Collected data entries:
▬▬▬

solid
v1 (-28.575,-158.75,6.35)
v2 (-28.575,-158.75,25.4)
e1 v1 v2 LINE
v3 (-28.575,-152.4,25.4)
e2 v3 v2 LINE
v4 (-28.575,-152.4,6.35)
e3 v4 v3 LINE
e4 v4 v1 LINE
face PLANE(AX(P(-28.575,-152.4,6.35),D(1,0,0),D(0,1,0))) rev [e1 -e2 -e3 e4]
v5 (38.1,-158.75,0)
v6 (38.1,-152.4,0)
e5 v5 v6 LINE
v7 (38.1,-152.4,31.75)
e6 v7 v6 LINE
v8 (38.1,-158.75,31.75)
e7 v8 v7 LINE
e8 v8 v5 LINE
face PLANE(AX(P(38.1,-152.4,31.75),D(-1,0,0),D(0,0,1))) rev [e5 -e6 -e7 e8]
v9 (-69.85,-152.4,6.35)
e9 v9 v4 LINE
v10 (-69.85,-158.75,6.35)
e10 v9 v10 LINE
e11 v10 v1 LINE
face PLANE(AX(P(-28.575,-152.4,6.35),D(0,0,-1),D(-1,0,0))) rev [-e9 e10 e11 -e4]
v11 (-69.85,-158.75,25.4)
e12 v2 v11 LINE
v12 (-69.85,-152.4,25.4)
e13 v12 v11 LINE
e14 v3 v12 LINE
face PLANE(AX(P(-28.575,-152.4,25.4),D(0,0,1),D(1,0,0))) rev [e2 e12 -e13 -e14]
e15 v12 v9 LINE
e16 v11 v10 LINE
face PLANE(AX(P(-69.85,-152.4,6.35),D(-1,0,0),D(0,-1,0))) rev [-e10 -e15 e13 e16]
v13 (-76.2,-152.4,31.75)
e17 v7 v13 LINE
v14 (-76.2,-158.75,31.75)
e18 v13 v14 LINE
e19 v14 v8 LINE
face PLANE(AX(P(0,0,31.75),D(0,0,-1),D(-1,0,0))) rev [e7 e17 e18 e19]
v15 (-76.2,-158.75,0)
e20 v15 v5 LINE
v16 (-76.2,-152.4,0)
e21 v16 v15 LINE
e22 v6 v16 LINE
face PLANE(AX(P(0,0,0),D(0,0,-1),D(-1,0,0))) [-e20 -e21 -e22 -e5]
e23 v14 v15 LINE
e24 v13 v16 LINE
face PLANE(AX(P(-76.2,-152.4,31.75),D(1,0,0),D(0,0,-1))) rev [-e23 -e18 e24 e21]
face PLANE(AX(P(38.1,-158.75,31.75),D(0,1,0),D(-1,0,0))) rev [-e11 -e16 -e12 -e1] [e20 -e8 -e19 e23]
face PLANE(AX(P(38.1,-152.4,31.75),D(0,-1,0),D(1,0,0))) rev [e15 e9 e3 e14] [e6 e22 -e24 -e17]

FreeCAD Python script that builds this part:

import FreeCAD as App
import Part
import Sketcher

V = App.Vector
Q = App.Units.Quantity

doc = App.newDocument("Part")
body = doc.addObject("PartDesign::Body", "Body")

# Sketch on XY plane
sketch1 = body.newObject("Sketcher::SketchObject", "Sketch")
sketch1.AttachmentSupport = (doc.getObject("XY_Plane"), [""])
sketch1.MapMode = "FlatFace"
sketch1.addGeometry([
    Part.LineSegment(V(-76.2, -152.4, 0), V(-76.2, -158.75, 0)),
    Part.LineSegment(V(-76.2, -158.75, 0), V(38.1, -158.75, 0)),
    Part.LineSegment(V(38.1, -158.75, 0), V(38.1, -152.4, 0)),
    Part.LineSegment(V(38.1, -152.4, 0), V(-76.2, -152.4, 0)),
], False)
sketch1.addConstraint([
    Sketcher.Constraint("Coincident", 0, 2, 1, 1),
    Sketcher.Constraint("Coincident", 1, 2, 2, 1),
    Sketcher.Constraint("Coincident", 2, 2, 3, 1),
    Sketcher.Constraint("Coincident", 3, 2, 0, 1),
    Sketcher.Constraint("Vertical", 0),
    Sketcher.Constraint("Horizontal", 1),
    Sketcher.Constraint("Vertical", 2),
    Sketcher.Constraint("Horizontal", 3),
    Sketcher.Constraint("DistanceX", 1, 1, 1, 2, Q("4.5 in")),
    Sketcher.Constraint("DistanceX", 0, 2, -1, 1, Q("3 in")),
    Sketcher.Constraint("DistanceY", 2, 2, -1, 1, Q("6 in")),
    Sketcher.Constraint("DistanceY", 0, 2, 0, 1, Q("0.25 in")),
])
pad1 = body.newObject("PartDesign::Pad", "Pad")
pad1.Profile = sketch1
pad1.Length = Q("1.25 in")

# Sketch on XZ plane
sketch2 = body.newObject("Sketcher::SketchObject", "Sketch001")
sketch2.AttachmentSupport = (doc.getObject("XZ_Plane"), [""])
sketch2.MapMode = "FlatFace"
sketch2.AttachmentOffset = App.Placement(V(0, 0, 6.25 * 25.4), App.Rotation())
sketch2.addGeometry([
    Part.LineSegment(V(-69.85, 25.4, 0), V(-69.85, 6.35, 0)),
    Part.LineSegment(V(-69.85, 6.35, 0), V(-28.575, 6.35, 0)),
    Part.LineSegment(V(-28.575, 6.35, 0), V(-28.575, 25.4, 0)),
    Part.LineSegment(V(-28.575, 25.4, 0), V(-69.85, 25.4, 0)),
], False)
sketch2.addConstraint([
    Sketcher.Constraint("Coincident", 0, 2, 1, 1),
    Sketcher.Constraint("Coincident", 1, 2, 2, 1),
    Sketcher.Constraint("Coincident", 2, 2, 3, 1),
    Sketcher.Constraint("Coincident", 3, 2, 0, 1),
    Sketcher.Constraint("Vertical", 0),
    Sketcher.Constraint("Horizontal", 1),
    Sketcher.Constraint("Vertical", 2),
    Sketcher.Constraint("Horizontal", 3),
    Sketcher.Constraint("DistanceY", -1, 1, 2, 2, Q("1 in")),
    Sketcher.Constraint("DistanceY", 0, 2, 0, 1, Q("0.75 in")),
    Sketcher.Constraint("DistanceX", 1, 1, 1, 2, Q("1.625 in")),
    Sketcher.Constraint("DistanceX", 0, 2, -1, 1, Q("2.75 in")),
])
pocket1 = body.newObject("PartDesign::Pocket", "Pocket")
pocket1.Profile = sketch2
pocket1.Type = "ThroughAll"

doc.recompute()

▬▬▬

The task:
All entries above should be duplicated exactly, none omitted.

Answer area:
solid
v1 (-28.575,-158.75,6.35)
v2 (-28.575,-158.75,25.4)
e1 v1 v2 LINE
v3 (-28.575,-152.4,25.4)
e2 v3 v2 LINE
v4 (-28.575,-152.4,6.35)
e3 v4 v3 LINE
e4 v4 v1 LINE
face PLANE(AX(P(-28.575,-152.4,6.35),D(1,0,0),D(0,1,0))) rev [e1 -e2 -e3 e4]
v5 (38.1,-158.75,0)
v6 (38.1,-152.4,0)
e5 v5 v6 LINE
v7 (38.1,-152.4,31.75)
e6 v7 v6 LINE
v8 (38.1,-158.75,31.75)
e7 v8 v7 LINE
e8 v8 v5 LINE
face PLANE(AX(P(38.1,-152.4,31.75),D(-1,0,0),D(0,0,1))) rev [e5 -e6 -e7 e8]
v9 (-69.85,-152.4,6.35)
e9 v9 v4 LINE
v10 (-69.85,-158.75,6.35)
e10 v9 v10 LINE
e11 v10 v1 LINE
face PLANE(AX(P(-28.575,-152.4,6.35),D(0,0,-1),D(-1,0,0))) rev [-e9 e10 e11 -e4]
v11 (-69.85,-158.75,25.4)
e12 v2 v11 LINE
v12 (-69.85,-152.4,25.4)
e13 v12 v11 LINE
e14 v3 v12 LINE
face PLANE(AX(P(-28.575,-152.4,25.4),D(0,0,1),D(1,0,0))) rev [e2 e12 -e13 -e14]
e15 v12 v9 LINE
e16 v11 v10 LINE
face PLANE(AX(P(-69.85,-152.4,6.35),D(-1,0,0),D(0,-1,0))) rev [-e10 -e15 e13 e16]
v13 (-76.2,-152.4,31.75)
e17 v7 v13 LINE
v14 (-76.2,-158.75,31.75)
e18 v13 v14 LINE
e19 v14 v8 LINE
face PLANE(AX(P(0,0,31.75),D(0,0,-1),D(-1,0,0))) rev [e7 e17 e18 e19]
v15 (-76.2,-158.75,0)
e20 v15 v5 LINE
v16 (-76.2,-152.4,0)
e21 v16 v15 LINE
e22 v6 v16 LINE
face PLANE(AX(P(0,0,0),D(0,0,-1),D(-1,0,0))) [-e20 -e21 -e22 -e5]
e23 v14 v15 LINE
e24 v13 v16 LINE
face PLANE(AX(P(-76.2,-152.4,31.75),D(1,0,0),D(0,0,-1))) rev [-e23 -e18 e24 e21]
face PLANE(AX(P(38.1,-158.75,31.75),D(0,1,0),D(-1,0,0))) rev [-e11 -e16 -e12 -e1] [e20 -e8 -e19 e23]
face PLANE(AX(P(38.1,-152.4,31.75),D(0,-1,0),D(1,0,0))) rev [e15 e9 e3 e14] [e6 e22 -e24 -e17]

FreeCAD Python script that builds this part:

import FreeCAD as App
import Part
import Sketcher

V = App.Vector
Q = App.Units.Quantity

doc = App.newDocument("Part")
body = doc.addObject("PartDesign::Body", "Body")

# Sketch on XY plane
sketch1 = body.newObject("Sketcher::SketchObject", "Sketch")
sketch1.AttachmentSupport = (doc.getObject("XY_Plane"), [""])
sketch1.MapMode = "FlatFace"
sketch1.addGeometry([
    Part.LineSegment(V(-76.2, -152.4, 0), V(-76.2, -158.75, 0)),
    Part.LineSegment(V(-76.2, -158.75, 0), V(38.1, -158.75, 0)),
    Part.LineSegment(V(38.1, -158.75, 0), V(38.1, -152.4, 0)),
    Part.LineSegment(V(38.1, -152.4, 0), V(-76.2, -152.4, 0)),
], False)
sketch1.addConstraint([
    Sketcher.Constraint("Coincident", 0, 2, 1, 1),
    Sketcher.Constraint("Coincident", 1, 2, 2, 1),
    Sketcher.Constraint("Coincident", 2, 2, 3, 1),
    Sketcher.Constraint("Coincident", 3, 2, 0, 1),
    Sketcher.Constraint("Vertical", 0),
    Sketcher.Constraint("Horizontal", 1),
    Sketcher.Constraint("Vertical", 2),
    Sketcher.Constraint("Horizontal", 3),
    Sketcher.Constraint("DistanceX", 1, 1, 1, 2, Q("4.5 in")),
    Sketcher.Constraint("DistanceX", 0, 2, -1, 1, Q("3 in")),
    Sketcher.Constraint("DistanceY", 2, 2, -1, 1, Q("6 in")),
    Sketcher.Constraint("DistanceY", 0, 2, 0, 1, Q("0.25 in")),
])
pad1 = body.newObject("PartDesign::Pad", "Pad")
pad1.Profile = sketch1
pad1.Length = Q("1.25 in")

# Sketch on XZ plane
sketch2 = body.newObject("Sketcher::SketchObject", "Sketch001")
sketch2.AttachmentSupport = (doc.getObject("XZ_Plane"), [""])
sketch2.MapMode = "FlatFace"
sketch2.AttachmentOffset = App.Placement(V(0, 0, 6.25 * 25.4), App.Rotation())
sketch2.addGeometry([
    Part.LineSegment(V(-69.85, 25.4, 0), V(-69.85, 6.35, 0)),
    Part.LineSegment(V(-69.85, 6.35, 0), V(-28.575, 6.35, 0)),
    Part.LineSegment(V(-28.575, 6.35, 0), V(-28.575, 25.4, 0)),
    Part.LineSegment(V(-28.575, 25.4, 0), V(-69.85, 25.4, 0)),
], False)
sketch2.addConstraint([
    Sketcher.Constraint("Coincident", 0, 2, 1, 1),
    Sketcher.Constraint("Coincident", 1, 2, 2, 1),
    Sketcher.Constraint("Coincident", 2, 2, 3, 1),
    Sketcher.Constraint("Coincident", 3, 2, 0, 1),
    Sketcher.Constraint("Vertical", 0),
    Sketcher.Constraint("Horizontal", 1),
    Sketcher.Constraint("Vertical", 2),
    Sketcher.Constraint("Horizontal", 3),
    Sketcher.Constraint("DistanceY", -1, 1, 2, 2, Q("1 in")),
    Sketcher.Constraint("DistanceY", 0, 2, 0, 1, Q("0.75 in")),
    Sketcher.Constraint("DistanceX", 1, 1, 1, 2, Q("1.625 in")),
    Sketcher.Constraint("DistanceX", 0, 2, -1, 1, Q("2.75 in")),
])
pocket1 = body.newObject("PartDesign::Pocket", "Pocket")
pocket1.Profile = sketch2
pocket1.Type = "ThroughAll"

doc.recompute()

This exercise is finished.